Re: CPU selection

Alexander Lind Thu, 02 Nov 2006 22:06:31 -0800

>> what complexity?
>>     
>
> RAID, kiddo.
> It's more complex.  It is something else that can go wrong.
> And...it DOES go wrong.  Either believe me now, or wish you believed me
> later.  Your call.  I spent a lot of time profiting from people who
> ignored my advice. :)
>   
Of course raid are more complex on a hardware level, but that doesn't
exactly make it more complex for _me_, the user, does it?
I have deployed lots and lots of servers, both with and without raid and
using various different OS:es, and I give you that it used to be a
little tricky to get for example slackware to boot off some
semi-supported raid devices back in the day, but nowadays its all pretty
simple imho.
And the times when disks have failed, we have plopped in new disks and
they got rebuilt and I lived happily afterwards.
So really, where is you're profit margin on someone like me? ;)
>   
>>>  added boot time, and
>>> disks that can't be used without the RAID controller,
>>>       
>> why would you want to use your disk WITHOUT the raid controller?
>>     
>
> Oh, say, maybe your RAID controller failed?
> Or the spare machine you had didn't happen to have the same brand and
> model RAID card?
> Or the replacement RAID card happened to have a different firmware on
> it, and the newer firmware wouldn't read your old disk pack?  (yes,
> that's a real issue).
>   
If indeed the raid card failed, unlikely as it would be, then that could
be a little messy. Not that I ever had this problem, but you ought to be
able to downgrade raid cards if you run into the firmware problem?
>   
>>>  it is a major
>>> loser when it comes to total up-time if you do things right.  Put a
>>> second disk in the machine, and regularly dump the primary to the
>>> secondary.  Blow the primary drive, you simply remove it, and boot off
>>> the secondary (and yes, you test test test this to make sure you did it
>>> right!). 
>>>       
>> Now you're talking crazy. Lets consider the two setups:
>> No-raid setup:
>>   - two separately controlled disks, you are in charge of syncing
>> between them
>>     
>
> yep.  you better test your work from time to time.

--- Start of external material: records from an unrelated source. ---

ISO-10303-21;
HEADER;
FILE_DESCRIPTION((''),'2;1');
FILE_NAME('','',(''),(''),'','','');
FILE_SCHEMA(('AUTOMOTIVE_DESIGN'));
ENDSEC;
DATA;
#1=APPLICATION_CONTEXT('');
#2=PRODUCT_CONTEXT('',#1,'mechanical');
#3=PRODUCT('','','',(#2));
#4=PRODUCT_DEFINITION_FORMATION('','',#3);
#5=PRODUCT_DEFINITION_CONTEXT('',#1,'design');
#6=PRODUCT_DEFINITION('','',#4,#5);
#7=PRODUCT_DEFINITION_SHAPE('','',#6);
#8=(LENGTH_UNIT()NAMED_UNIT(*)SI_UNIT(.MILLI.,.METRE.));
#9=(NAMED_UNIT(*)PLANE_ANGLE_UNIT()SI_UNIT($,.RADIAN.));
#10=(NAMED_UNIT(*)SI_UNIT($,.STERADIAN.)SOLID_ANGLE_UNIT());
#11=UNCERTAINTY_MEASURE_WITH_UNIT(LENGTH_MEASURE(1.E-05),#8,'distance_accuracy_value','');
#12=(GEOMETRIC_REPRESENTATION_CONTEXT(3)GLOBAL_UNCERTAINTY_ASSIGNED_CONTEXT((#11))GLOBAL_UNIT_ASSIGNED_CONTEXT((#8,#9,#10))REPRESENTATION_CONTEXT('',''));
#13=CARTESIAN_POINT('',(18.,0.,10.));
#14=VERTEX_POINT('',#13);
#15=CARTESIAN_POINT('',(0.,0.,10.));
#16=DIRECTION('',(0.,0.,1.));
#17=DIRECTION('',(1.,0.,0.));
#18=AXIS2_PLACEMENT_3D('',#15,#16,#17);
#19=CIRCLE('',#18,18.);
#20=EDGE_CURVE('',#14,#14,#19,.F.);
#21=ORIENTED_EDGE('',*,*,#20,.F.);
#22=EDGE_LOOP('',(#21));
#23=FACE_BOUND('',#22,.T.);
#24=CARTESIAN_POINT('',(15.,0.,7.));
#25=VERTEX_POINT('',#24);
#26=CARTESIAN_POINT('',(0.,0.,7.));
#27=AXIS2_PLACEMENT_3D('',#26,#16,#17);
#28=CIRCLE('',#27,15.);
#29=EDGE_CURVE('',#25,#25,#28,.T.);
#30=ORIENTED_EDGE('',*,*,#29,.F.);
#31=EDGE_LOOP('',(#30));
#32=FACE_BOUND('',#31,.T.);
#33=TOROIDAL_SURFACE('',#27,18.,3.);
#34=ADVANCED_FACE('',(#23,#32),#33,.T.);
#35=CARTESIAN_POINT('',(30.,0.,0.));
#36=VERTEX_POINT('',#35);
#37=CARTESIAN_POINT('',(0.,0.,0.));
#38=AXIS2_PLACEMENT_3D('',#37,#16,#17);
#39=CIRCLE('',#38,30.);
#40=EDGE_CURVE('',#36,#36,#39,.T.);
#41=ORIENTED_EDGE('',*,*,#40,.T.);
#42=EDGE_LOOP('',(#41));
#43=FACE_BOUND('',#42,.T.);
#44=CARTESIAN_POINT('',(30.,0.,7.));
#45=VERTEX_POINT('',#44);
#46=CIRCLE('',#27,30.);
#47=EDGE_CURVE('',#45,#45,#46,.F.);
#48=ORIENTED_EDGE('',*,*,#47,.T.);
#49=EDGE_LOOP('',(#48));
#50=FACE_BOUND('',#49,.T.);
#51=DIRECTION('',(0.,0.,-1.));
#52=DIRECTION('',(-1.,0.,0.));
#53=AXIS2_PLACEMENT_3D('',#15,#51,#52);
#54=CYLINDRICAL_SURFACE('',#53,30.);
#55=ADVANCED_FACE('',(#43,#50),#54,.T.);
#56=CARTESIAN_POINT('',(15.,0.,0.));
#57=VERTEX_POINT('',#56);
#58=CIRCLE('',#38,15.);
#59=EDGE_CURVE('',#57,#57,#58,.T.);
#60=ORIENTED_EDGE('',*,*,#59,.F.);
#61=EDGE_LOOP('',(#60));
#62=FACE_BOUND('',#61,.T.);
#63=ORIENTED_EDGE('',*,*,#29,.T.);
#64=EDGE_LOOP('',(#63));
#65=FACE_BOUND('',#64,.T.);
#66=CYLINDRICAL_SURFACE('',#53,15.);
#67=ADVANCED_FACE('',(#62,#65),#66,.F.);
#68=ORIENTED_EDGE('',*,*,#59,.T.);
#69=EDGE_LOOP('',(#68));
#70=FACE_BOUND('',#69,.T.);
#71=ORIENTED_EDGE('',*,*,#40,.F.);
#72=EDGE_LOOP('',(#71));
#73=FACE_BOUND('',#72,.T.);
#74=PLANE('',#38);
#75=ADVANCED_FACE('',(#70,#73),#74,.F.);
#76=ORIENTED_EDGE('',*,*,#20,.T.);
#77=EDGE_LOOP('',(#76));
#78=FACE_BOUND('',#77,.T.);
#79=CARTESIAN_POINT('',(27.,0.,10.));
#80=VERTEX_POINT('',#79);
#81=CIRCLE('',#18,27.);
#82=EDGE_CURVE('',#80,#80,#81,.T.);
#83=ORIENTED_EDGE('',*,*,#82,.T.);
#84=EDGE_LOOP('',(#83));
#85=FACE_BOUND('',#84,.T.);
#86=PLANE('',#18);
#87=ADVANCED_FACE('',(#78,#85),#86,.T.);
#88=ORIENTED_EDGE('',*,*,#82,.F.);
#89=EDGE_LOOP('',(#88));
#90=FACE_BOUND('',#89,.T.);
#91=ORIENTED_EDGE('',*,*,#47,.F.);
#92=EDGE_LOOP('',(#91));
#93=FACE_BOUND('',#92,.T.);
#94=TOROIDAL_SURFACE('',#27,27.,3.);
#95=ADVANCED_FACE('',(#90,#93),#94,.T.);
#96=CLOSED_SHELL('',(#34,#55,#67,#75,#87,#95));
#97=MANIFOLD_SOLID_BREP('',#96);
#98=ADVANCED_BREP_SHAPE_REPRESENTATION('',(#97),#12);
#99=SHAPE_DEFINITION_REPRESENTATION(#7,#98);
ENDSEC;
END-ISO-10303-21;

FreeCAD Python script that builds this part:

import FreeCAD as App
import Part
import Sketcher
from FreeCAD import Vector


def edges_at(feature, points):
    """Names of the edges that pass closest to the given points."""
    edges = feature.Shape.Edges
    near = lambda p: min(range(len(edges)), key=lambda i: edges[i].distToShape(Part.Vertex(*p))[0])
    return sorted({f"Edge{near(p) + 1}" for p in points})

doc = App.newDocument("Part")
body = doc.addObject("PartDesign::Body", "Body")

sketch1 = body.newObject("Sketcher::SketchObject", "Sketch")
sketch1.AttachmentSupport = (doc.getObject("XY_Plane"), [""])
sketch1.MapMode = "FlatFace"
sketch1.addGeometry(Part.Circle(Vector(0, 0, 0), Vector(0, 0, 1), 30), False)
sketch1.addGeometry(Part.Circle(Vector(0, 0, 0), Vector(0, 0, 1), 15), False)
sketch1.addConstraint(Sketcher.Constraint("Coincident", 0, 3, -1, 1))
sketch1.addConstraint(Sketcher.Constraint("Coincident", 1, 3, -1, 1))
sketch1.addConstraint(Sketcher.Constraint("Diameter", 0, 60.0))
sketch1.addConstraint(Sketcher.Constraint("Diameter", 1, 30.0))
pad1 = body.newObject("PartDesign::Pad", "Pad")
pad1.Profile = sketch1
pad1.Length = 10
doc.recompute()

fillet = body.newObject("PartDesign::Fillet", "Fillet")
fillet.Base = (pad1, edges_at(pad1, [(-30, 0, 10), (-15, 0, 10)]))
fillet.Radius = 3

doc.recompute()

> (wow...come to think of it, you better test your RAID assumptions, too.
>  Few people do that, they just assume "it works".  This leads to people
> proving me right about simplicity vs. complexity)
>   
If you configure it right it tends to work right. At least it does for me.
>   
>>   - if one dies, the machine goes down, and you go to the machine, and
>> manually boot from the backup disk
>>     
>
> yep.  Meanwhile, the system has been running just fine on the SECONDARY
> SYSTEM.
>   
>   
>>   - IF you had important data on the dead disk not yet backed up, you
>> are screwed.
>>     
>
> Ah, so you are in the habit of keeping important, non-backed up data on
> your firewall?  wow.
>   
of course, thats where i store my porn.
>   
>> you could almost look at this as poor mans manual pretend raid.
>>     
>
> Or as part of RAIC: Redundant Array of Inexpensive Computers.
>   
which may not always be feasible in an already densely packed rack where
every U is expensive.
>   
>> Raid setup:
>>   - two disks, constantly synced, if one dies, the machine does NOT go down
>>     
>
> you are funny.  Or inexperienced.
>   
master, you flatter me!
maybe i'm a lucky bastard, but every single disk failure i have seen in
a raided machine has been solved by pulling the disk out, and putting a
new back in.
rebuild for some time, and then the machine is happy again.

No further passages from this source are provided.